For the entries below, repeat exactly each line starting with the one that contains "#66=EDGE_CURVE('',#57,#64,#65,.T.);" and going on through the one that contains "#122=AXIS2_PLACEMENT_3D('',#120,#16,#121);", and no others.

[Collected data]
((
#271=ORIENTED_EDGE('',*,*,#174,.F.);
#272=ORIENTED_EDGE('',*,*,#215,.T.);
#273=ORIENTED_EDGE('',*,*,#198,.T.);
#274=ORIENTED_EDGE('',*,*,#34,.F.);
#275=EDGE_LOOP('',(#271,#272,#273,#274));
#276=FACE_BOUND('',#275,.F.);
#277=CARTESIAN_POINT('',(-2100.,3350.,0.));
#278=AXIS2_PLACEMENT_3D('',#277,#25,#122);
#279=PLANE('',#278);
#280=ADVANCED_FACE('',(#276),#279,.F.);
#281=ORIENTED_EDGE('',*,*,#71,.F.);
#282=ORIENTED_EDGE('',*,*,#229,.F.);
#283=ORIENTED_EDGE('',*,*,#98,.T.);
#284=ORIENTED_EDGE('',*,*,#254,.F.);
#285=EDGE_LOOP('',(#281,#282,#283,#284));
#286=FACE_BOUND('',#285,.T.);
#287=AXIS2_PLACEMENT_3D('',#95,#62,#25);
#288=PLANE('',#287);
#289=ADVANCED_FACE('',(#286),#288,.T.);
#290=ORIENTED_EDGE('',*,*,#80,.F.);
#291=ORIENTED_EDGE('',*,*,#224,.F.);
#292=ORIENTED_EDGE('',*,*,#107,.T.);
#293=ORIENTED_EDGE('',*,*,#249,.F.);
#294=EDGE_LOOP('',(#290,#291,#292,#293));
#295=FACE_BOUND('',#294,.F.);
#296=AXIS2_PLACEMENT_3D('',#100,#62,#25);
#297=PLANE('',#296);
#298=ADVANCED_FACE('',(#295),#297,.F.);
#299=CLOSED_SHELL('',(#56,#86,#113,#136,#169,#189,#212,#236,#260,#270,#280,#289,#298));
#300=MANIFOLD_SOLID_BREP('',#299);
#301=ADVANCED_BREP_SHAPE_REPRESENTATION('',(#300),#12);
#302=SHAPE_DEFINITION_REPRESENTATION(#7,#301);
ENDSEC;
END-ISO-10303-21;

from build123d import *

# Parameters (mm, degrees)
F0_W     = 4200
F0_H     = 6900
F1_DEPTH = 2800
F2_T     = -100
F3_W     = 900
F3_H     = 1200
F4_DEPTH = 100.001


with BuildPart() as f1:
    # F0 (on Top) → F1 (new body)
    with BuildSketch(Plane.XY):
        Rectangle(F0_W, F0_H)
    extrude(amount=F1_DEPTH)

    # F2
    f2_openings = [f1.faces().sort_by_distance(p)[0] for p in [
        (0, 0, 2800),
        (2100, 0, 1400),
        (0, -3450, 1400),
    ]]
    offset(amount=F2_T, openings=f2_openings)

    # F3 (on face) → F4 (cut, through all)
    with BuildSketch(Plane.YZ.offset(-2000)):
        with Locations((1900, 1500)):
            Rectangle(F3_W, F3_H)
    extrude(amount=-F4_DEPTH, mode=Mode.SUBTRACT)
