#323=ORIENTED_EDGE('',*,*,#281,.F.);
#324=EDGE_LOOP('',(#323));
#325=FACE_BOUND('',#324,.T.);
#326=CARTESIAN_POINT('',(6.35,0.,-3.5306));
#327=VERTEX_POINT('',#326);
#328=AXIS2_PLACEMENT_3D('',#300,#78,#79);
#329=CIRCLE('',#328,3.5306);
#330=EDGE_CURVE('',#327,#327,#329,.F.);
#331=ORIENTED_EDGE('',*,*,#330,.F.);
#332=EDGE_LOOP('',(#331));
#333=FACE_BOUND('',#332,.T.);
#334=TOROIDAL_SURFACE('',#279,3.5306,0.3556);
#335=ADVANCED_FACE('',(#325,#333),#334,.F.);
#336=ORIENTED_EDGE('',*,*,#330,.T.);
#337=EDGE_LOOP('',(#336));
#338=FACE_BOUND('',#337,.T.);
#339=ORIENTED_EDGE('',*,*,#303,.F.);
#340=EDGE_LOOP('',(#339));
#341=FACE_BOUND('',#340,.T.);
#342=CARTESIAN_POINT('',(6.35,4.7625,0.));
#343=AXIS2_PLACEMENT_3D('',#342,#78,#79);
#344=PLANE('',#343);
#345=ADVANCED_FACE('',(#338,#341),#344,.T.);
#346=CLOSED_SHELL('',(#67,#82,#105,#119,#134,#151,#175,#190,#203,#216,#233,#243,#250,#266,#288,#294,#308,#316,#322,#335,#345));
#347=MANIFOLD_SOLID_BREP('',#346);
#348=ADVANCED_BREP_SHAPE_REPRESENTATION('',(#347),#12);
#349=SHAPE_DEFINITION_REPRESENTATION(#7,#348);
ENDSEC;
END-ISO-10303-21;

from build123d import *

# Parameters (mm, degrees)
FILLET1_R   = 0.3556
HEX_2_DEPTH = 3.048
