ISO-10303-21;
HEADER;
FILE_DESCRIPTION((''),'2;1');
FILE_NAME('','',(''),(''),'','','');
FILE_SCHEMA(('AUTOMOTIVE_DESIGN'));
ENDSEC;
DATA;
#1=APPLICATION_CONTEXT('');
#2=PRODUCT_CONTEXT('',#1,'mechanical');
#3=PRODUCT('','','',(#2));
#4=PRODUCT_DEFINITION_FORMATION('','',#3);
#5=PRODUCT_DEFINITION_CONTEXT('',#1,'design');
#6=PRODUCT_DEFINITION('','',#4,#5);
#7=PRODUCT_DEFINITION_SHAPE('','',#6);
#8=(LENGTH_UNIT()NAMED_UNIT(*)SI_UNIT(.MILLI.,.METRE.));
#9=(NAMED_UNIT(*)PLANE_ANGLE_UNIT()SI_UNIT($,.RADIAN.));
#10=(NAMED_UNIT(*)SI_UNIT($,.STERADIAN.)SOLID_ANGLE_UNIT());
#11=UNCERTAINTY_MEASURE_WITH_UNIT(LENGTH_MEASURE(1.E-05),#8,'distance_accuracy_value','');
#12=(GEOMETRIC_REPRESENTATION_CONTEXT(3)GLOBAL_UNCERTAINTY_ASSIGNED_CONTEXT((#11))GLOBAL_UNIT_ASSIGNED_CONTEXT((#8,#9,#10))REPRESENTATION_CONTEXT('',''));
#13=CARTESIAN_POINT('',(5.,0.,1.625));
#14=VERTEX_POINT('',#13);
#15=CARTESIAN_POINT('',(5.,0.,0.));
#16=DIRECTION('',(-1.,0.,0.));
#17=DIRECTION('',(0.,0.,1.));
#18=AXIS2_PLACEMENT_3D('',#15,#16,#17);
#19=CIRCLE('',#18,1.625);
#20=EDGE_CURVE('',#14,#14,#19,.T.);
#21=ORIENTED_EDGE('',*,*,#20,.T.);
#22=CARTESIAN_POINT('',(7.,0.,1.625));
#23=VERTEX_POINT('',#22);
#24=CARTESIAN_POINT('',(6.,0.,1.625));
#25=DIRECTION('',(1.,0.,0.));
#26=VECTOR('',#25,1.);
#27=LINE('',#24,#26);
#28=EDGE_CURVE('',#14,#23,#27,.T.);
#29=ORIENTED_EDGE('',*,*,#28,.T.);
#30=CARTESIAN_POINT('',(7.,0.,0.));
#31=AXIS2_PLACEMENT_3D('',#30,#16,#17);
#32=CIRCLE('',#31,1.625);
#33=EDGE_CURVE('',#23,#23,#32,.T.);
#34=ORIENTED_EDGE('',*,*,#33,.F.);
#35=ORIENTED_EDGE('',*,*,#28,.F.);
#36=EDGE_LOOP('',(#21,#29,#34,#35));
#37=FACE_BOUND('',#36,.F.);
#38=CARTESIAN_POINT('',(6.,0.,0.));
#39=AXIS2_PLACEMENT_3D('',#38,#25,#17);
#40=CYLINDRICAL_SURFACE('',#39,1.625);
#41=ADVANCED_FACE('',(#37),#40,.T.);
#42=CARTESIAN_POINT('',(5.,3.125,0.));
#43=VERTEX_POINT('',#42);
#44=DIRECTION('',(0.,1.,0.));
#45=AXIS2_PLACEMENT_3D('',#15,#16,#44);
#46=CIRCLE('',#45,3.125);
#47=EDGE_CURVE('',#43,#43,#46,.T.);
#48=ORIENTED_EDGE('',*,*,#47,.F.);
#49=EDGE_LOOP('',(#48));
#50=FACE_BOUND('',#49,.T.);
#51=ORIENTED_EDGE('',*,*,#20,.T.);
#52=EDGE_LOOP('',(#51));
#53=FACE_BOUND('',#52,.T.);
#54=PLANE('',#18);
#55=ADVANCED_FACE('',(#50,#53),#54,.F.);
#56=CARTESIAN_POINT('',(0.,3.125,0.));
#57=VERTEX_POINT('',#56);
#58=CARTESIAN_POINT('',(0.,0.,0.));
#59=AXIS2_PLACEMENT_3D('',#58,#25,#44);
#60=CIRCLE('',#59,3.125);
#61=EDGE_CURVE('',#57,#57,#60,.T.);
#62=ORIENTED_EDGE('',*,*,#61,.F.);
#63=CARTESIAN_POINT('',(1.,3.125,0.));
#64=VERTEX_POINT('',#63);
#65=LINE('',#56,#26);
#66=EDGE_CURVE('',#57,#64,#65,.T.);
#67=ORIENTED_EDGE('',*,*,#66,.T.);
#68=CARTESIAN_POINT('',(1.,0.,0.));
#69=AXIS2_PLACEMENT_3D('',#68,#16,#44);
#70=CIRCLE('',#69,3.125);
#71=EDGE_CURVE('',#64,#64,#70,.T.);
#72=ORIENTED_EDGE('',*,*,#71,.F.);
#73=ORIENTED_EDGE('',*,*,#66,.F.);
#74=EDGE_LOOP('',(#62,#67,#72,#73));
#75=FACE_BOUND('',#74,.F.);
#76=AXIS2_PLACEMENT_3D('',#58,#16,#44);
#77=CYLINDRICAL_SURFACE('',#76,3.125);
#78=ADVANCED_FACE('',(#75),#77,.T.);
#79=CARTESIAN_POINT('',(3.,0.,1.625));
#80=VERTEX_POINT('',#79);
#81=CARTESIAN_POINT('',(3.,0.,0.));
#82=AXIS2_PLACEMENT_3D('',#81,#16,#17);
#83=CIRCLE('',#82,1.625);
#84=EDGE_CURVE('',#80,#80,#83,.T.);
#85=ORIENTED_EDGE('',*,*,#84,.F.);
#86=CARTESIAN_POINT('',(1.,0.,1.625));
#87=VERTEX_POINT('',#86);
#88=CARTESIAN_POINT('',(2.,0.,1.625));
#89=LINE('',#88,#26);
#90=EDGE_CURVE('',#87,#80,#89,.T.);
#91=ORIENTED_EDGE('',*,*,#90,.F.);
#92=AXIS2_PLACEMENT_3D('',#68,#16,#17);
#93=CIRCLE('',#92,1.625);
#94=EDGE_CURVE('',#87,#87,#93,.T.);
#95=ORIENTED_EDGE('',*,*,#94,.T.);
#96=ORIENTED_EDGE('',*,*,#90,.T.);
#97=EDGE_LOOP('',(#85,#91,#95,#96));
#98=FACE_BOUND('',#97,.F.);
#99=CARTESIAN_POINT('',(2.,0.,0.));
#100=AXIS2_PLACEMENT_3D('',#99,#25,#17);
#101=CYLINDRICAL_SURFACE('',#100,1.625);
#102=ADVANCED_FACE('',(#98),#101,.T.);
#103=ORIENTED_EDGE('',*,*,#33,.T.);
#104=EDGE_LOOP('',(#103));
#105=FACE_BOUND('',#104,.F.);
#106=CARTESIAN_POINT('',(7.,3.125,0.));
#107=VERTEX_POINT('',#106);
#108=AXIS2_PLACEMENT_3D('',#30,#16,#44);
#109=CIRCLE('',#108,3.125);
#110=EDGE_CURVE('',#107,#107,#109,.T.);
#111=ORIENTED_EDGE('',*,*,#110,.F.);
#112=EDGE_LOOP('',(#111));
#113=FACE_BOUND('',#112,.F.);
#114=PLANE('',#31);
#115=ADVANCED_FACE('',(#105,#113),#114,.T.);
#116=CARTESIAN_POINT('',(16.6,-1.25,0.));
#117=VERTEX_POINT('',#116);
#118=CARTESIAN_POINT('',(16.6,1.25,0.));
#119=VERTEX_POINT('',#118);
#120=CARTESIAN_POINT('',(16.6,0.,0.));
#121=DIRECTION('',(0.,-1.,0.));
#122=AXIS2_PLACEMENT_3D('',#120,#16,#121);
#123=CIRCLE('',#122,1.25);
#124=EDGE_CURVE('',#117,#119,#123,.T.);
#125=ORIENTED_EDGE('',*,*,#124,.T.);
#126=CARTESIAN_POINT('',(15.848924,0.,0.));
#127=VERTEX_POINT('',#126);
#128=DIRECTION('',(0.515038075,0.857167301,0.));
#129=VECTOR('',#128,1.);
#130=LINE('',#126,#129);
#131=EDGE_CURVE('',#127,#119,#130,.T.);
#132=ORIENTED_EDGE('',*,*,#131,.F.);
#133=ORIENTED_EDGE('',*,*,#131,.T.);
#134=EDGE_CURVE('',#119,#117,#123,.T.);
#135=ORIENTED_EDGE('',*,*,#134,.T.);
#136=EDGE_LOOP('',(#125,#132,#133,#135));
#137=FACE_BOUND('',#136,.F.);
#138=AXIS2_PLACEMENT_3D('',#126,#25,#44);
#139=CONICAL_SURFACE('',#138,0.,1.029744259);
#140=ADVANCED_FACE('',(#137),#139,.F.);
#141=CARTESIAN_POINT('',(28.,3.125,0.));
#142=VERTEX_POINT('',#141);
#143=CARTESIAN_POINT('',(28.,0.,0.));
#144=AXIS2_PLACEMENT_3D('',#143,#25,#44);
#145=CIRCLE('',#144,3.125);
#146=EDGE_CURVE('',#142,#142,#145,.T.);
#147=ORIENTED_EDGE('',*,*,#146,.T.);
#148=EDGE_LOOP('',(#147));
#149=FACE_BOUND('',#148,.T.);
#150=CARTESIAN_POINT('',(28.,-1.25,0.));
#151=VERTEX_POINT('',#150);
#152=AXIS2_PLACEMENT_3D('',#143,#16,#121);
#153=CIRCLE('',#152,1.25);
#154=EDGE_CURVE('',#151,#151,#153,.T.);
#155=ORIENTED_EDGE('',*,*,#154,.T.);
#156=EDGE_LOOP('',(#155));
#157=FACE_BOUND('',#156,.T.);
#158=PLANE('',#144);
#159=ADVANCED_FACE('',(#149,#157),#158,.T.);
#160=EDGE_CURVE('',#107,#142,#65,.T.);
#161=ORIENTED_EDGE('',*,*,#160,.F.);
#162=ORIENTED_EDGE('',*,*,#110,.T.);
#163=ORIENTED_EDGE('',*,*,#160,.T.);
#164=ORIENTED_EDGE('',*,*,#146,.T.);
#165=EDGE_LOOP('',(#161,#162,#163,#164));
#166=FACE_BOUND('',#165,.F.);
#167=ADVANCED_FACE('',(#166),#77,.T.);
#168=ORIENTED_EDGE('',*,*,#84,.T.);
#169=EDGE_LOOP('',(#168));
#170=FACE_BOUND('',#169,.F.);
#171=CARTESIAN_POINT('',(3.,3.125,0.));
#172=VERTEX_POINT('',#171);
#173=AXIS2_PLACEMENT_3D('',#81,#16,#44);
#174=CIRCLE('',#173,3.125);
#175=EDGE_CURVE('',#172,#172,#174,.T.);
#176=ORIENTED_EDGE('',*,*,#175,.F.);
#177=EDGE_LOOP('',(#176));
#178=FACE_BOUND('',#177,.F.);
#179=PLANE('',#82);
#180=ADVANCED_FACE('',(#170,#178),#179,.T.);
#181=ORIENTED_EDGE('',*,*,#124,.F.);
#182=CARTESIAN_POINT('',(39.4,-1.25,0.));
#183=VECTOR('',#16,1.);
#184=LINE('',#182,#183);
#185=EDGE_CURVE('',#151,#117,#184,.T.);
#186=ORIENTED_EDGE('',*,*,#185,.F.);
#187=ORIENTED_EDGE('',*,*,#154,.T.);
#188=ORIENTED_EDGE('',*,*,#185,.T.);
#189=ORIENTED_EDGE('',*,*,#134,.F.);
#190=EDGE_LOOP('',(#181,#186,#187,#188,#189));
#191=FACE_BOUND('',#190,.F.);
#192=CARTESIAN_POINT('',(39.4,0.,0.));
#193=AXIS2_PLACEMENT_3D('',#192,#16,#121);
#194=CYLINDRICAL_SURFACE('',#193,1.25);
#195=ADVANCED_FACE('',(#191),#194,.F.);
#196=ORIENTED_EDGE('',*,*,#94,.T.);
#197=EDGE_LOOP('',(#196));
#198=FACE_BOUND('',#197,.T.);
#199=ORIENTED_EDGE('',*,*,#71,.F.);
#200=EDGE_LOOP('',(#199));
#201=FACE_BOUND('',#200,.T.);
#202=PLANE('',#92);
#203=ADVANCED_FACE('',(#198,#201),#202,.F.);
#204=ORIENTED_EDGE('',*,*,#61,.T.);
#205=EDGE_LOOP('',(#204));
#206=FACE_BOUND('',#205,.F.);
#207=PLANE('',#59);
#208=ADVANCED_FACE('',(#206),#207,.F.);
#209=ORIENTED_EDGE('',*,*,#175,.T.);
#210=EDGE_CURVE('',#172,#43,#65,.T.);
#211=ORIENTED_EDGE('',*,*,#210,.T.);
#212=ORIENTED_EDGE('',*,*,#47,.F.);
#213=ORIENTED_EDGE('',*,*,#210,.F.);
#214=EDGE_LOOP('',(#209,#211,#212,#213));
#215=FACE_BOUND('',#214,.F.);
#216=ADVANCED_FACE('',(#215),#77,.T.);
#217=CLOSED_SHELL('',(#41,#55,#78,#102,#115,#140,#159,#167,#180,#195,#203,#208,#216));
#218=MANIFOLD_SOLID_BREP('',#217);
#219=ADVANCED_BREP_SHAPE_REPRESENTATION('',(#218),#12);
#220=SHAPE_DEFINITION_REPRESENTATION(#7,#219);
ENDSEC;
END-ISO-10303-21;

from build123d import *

# Parameters (mm, degrees)
F0_R     = 3.125
F1_DEPTH = 28
F2_W     = 2
F2_H     = 5.1480256068
F5_D     = 2.5
F5_DEPTH = 11.4
F5_TIP   = 0.7510757738


with BuildPart() as f1:
    # F0 (on Right) → F1 (new body)
    with BuildSketch(Plane.YZ):
        Circle(F0_R)
    extrude(amount=F1_DEPTH)

    # F2 (on Front) → F3 (revolve, cut)
    with BuildSketch(Plane.XZ):
        with Locations((2, 4.1990128034)):
            Rectangle(F2_W, F2_H)
        with Locations((6, 4.1990128034)):
            Rectangle(F2_W, F2_H)
    revolve(axis=Axis((0, 0, 0), (-1, 0, 0)), mode=Mode.SUBTRACT)

    # F5
    with Locations(Plane.YZ.offset(28)):
        with Locations((0, 0)):
            Hole(F5_D / 2, depth=F5_DEPTH)
            with Locations((0, 0, -(F5_DEPTH + F5_TIP / 2))):  # 118° drill point
                Cone(0, F5_D / 2, F5_TIP, mode=Mode.SUBTRACT)


solid = f1.part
))
SOLUTION BELOW:
#66=EDGE_CURVE('',#57,#64,#65,.T.);
#67=ORIENTED_EDGE('',*,*,#66,.T.);
#68=CARTESIAN_POINT('',(1.,0.,0.));
#69=AXIS2_PLACEMENT_3D('',#68,#16,#44);
#70=CIRCLE('',#69,3.125);
#71=EDGE_CURVE('',#64,#64,#70,.T.);
#72=ORIENTED_EDGE('',*,*,#71,.F.);
#73=ORIENTED_EDGE('',*,*,#66,.F.);
#74=EDGE_LOOP('',(#62,#67,#72,#73));
#75=FACE_BOUND('',#74,.F.);
#76=AXIS2_PLACEMENT_3D('',#58,#16,#44);
#77=CYLINDRICAL_SURFACE('',#76,3.125);
#78=ADVANCED_FACE('',(#75),#77,.T.);
#79=CARTESIAN_POINT('',(3.,0.,1.625));
#80=VERTEX_POINT('',#79);
#81=CARTESIAN_POINT('',(3.,0.,0.));
#82=AXIS2_PLACEMENT_3D('',#81,#16,#17);
#83=CIRCLE('',#82,1.625);
#84=EDGE_CURVE('',#80,#80,#83,.T.);
#85=ORIENTED_EDGE('',*,*,#84,.F.);
#86=CARTESIAN_POINT('',(1.,0.,1.625));
#87=VERTEX_POINT('',#86);
#88=CARTESIAN_POINT('',(2.,0.,1.625));
#89=LINE('',#88,#26);
#90=EDGE_CURVE('',#87,#80,#89,.T.);
#91=ORIENTED_EDGE('',*,*,#90,.F.);
#92=AXIS2_PLACEMENT_3D('',#68,#16,#17);
#93=CIRCLE('',#92,1.625);
#94=EDGE_CURVE('',#87,#87,#93,.T.);
#95=ORIENTED_EDGE('',*,*,#94,.T.);
#96=ORIENTED_EDGE('',*,*,#90,.T.);
#97=EDGE_LOOP('',(#85,#91,#95,#96));
#98=FACE_BOUND('',#97,.F.);
#99=CARTESIAN_POINT('',(2.,0.,0.));
#100=AXIS2_PLACEMENT_3D('',#99,#25,#17);
#101=CYLINDRICAL_SURFACE('',#100,1.625);
#102=ADVANCED_FACE('',(#98),#101,.T.);
#103=ORIENTED_EDGE('',*,*,#33,.T.);
#104=EDGE_LOOP('',(#103));
#105=FACE_BOUND('',#104,.F.);
#106=CARTESIAN_POINT('',(7.,3.125,0.));
#107=VERTEX_POINT('',#106);
#108=AXIS2_PLACEMENT_3D('',#30,#16,#44);
#109=CIRCLE('',#108,3.125);
#110=EDGE_CURVE('',#107,#107,#109,.T.);
#111=ORIENTED_EDGE('',*,*,#110,.F.);
#112=EDGE_LOOP('',(#111));
#113=FACE_BOUND('',#112,.F.);
#114=PLANE('',#31);
#115=ADVANCED_FACE('',(#105,#113),#114,.T.);
#116=CARTESIAN_POINT('',(16.6,-1.25,0.));
#117=VERTEX_POINT('',#116);
#118=CARTESIAN_POINT('',(16.6,1.25,0.));
#119=VERTEX_POINT('',#118);
#120=CARTESIAN_POINT('',(16.6,0.,0.));
#121=DIRECTION('',(0.,-1.,0.));
#122=AXIS2_PLACEMENT_3D('',#120,#16,#121);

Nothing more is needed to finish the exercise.